*Work instruction*: The line with "#169=AXIS2_PLACEMENT_3D('',#100,#25,#89);", the line with "#186=PLANE('',#185);", and all lines between them in the material below: return these exactly, and no others.
────────
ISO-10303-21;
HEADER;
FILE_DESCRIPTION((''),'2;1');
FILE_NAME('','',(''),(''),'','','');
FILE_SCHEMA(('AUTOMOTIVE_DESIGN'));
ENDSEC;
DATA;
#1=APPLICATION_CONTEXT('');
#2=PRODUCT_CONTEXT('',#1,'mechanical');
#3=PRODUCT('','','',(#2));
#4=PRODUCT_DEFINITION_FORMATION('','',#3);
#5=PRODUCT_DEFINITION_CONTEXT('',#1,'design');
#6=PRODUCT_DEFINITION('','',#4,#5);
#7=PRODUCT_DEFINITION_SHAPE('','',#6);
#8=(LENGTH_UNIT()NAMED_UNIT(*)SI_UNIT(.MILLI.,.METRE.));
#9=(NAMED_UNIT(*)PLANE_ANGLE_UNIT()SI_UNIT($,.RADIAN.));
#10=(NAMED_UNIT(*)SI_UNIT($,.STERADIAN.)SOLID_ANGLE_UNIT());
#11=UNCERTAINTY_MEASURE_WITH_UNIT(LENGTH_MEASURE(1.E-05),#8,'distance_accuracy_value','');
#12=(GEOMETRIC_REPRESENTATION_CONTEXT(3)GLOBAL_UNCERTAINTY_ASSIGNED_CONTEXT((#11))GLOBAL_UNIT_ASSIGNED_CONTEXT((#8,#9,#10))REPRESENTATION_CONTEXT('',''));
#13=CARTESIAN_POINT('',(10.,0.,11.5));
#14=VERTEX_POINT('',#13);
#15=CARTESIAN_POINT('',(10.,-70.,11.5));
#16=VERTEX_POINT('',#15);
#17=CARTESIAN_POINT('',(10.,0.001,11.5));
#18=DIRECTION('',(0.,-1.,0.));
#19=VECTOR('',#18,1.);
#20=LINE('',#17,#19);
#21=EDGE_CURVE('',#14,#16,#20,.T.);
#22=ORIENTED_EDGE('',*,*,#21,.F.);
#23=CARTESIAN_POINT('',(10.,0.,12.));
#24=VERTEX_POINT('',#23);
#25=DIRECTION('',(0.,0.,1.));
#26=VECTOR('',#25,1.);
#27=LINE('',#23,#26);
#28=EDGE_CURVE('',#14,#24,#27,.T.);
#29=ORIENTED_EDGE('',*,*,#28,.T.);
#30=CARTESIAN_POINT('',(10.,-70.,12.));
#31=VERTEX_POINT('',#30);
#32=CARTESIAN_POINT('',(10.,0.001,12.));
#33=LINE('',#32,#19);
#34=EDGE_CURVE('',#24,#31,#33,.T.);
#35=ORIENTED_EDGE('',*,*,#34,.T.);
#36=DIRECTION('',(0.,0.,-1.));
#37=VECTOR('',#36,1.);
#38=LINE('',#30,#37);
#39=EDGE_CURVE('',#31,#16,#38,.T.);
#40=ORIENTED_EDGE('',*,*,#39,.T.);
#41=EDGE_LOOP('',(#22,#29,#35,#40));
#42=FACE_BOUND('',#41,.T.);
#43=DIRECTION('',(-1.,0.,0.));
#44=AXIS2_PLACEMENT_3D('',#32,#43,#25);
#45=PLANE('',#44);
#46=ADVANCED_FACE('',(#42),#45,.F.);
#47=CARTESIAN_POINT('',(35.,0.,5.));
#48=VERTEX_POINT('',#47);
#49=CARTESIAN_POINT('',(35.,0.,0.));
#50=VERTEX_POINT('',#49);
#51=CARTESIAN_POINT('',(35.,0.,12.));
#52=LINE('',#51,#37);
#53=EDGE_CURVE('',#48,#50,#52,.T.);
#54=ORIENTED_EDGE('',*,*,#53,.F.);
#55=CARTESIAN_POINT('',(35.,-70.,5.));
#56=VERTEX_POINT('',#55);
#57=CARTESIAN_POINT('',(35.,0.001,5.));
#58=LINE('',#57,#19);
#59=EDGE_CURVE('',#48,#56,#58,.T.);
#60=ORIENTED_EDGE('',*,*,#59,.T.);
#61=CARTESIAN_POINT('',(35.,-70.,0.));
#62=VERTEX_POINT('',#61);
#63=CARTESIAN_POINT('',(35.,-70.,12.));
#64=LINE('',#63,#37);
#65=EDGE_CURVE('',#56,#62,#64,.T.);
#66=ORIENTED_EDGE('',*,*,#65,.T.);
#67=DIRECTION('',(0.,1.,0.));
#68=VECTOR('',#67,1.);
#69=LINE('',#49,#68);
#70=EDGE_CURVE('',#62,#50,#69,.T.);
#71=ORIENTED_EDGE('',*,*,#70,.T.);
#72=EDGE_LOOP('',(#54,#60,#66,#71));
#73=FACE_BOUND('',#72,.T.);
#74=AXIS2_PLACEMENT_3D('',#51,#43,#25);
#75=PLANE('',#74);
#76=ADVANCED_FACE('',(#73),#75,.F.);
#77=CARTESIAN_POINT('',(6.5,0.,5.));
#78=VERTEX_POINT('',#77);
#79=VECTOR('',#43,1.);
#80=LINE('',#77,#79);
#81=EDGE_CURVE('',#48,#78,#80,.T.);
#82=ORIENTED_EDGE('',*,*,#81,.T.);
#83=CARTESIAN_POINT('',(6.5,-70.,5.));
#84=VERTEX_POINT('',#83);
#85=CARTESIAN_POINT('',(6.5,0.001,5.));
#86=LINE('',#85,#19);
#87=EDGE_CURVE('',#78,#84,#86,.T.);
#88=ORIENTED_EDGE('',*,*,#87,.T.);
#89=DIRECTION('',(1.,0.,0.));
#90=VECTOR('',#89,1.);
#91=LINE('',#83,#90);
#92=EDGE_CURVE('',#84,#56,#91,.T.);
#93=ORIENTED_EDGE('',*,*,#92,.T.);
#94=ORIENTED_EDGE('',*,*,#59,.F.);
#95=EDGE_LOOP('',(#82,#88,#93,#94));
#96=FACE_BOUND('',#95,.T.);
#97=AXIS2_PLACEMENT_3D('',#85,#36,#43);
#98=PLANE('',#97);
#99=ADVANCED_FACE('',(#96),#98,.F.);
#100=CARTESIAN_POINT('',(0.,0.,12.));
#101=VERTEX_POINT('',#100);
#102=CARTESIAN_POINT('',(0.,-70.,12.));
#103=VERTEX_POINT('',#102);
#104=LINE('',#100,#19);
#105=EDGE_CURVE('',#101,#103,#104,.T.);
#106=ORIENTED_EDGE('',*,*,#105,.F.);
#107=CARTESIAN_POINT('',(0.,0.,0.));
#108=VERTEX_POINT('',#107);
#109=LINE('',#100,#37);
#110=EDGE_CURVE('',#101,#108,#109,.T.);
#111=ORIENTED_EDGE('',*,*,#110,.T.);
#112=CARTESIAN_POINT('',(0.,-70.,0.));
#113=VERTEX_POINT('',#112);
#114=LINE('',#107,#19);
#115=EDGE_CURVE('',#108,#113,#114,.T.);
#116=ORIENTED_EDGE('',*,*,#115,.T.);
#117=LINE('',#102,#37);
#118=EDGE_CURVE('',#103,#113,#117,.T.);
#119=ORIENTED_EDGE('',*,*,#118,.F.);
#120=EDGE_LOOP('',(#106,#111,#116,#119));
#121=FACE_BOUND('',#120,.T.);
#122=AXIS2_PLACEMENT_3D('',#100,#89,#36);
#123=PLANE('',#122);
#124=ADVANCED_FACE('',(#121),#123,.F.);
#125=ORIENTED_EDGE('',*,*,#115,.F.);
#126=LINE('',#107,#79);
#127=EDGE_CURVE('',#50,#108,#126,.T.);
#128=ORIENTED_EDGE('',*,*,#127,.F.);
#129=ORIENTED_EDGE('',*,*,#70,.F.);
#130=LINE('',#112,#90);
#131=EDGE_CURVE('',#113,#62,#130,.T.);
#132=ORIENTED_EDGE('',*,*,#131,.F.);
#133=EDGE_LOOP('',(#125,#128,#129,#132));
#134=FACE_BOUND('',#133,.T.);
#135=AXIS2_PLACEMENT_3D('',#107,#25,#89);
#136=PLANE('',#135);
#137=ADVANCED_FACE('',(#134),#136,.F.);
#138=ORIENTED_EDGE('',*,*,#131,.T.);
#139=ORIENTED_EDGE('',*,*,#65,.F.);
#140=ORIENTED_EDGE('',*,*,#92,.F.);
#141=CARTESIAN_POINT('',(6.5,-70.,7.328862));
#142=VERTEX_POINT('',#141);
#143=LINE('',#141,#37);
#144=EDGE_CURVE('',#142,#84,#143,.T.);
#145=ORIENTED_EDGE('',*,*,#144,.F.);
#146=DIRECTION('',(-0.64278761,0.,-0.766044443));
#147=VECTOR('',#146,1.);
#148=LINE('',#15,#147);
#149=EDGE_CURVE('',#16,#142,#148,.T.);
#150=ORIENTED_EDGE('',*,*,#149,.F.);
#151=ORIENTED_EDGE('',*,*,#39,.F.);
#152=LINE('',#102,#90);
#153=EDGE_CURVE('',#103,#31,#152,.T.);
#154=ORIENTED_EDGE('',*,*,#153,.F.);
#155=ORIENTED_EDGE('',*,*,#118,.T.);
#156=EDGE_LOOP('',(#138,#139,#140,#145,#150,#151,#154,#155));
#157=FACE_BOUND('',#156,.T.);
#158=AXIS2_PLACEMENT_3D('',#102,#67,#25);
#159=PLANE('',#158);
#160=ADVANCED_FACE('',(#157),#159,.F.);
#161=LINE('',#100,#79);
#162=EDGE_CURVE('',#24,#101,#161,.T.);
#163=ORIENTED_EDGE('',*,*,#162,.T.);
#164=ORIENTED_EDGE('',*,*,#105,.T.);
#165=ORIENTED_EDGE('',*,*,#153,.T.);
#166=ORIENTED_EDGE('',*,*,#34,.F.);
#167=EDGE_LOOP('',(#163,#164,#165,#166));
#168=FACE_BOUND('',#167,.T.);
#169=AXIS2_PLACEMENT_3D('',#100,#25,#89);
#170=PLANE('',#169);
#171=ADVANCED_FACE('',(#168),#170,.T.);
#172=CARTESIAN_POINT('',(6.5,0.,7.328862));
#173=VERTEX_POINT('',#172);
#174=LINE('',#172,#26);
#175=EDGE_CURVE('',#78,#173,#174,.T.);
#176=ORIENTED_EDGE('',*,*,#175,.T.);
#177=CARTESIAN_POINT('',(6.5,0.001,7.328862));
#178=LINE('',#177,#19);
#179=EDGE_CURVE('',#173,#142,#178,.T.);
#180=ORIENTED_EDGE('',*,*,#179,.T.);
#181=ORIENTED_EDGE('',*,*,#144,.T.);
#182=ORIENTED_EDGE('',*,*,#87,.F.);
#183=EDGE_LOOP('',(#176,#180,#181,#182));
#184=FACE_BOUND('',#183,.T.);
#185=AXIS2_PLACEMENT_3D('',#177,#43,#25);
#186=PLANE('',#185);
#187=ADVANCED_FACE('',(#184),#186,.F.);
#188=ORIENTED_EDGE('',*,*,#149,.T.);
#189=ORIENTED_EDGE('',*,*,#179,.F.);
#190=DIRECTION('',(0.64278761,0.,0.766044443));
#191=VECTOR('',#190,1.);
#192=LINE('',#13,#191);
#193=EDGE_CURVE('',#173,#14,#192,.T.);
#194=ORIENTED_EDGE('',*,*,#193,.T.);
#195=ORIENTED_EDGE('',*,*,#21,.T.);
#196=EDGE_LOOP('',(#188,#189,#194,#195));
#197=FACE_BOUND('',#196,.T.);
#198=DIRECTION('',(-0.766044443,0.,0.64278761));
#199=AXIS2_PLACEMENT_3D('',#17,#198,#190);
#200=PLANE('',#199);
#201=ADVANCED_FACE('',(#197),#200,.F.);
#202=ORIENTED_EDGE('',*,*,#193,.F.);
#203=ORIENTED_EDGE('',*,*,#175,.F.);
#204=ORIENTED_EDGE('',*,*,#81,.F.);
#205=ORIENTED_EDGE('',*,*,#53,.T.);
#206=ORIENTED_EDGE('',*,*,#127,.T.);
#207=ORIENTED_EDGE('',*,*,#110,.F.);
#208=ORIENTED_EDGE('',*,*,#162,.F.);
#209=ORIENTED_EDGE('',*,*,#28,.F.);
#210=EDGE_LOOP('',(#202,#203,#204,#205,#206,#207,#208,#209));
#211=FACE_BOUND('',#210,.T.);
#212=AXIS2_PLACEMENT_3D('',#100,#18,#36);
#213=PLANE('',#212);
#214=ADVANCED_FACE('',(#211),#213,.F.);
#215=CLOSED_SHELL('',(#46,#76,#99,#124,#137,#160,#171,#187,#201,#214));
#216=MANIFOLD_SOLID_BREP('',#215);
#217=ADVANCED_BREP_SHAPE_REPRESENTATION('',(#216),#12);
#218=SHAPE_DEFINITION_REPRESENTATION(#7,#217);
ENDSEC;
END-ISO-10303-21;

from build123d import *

# Parameters (mm, degrees)
SKETCH_1_W          = 35
SKETCH_1_H          = 70
EXTRUDE_1_DEPTH     = 12
CUT_EXTRUDE_1_REACH = 81.177


with BuildPart() as part:
    # 草图1 → 凸台-拉伸1 (new body)
    with BuildSketch(Plane.XY):
        with Locations((17.5, -35)):
            Rectangle(SKETCH_1_W, SKETCH_1_H)
    extrude(amount=EXTRUDE_1_DEPTH)

    # 草图2 → 切除-拉伸1 (cut, up to next)
    with BuildSketch(Plane.XZ.offset(70), mode=Mode.PRIVATE) as cut_extrude_1_sk1:
        Polygon((10, 12), (10, 11.5), (6.5, 7.328862426), (6.5, 5), (35, 5), (35, 12), align=None)
    cut_extrude_1_tool1 = extrude(cut_extrude_1_sk1.sketch, amount=-CUT_EXTRUDE_1_REACH, mode=Mode.PRIVATE) & part.part
    add(cut_extrude_1_tool1.solids().sort_by_distance((21.366311, -70, 8.408444))[0], mode=Mode.SUBTRACT)


solid = part.part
────────
*Response to the task*:
#169=AXIS2_PLACEMENT_3D('',#100,#25,#89);
#170=PLANE('',#169);
#171=ADVANCED_FACE('',(#168),#170,.T.);
#172=CARTESIAN_POINT('',(6.5,0.,7.328862));
#173=VERTEX_POINT('',#172);
#174=LINE('',#172,#26);
#175=EDGE_CURVE('',#78,#173,#174,.T.);
#176=ORIENTED_EDGE('',*,*,#175,.T.);
#177=CARTESIAN_POINT('',(6.5,0.001,7.328862));
#178=LINE('',#177,#19);
#179=EDGE_CURVE('',#173,#142,#178,.T.);
#180=ORIENTED_EDGE('',*,*,#179,.T.);
#181=ORIENTED_EDGE('',*,*,#144,.T.);
#182=ORIENTED_EDGE('',*,*,#87,.F.);
#183=EDGE_LOOP('',(#176,#180,#181,#182));
#184=FACE_BOUND('',#183,.T.);
#185=AXIS2_PLACEMENT_3D('',#177,#43,#25);
#186=PLANE('',#185);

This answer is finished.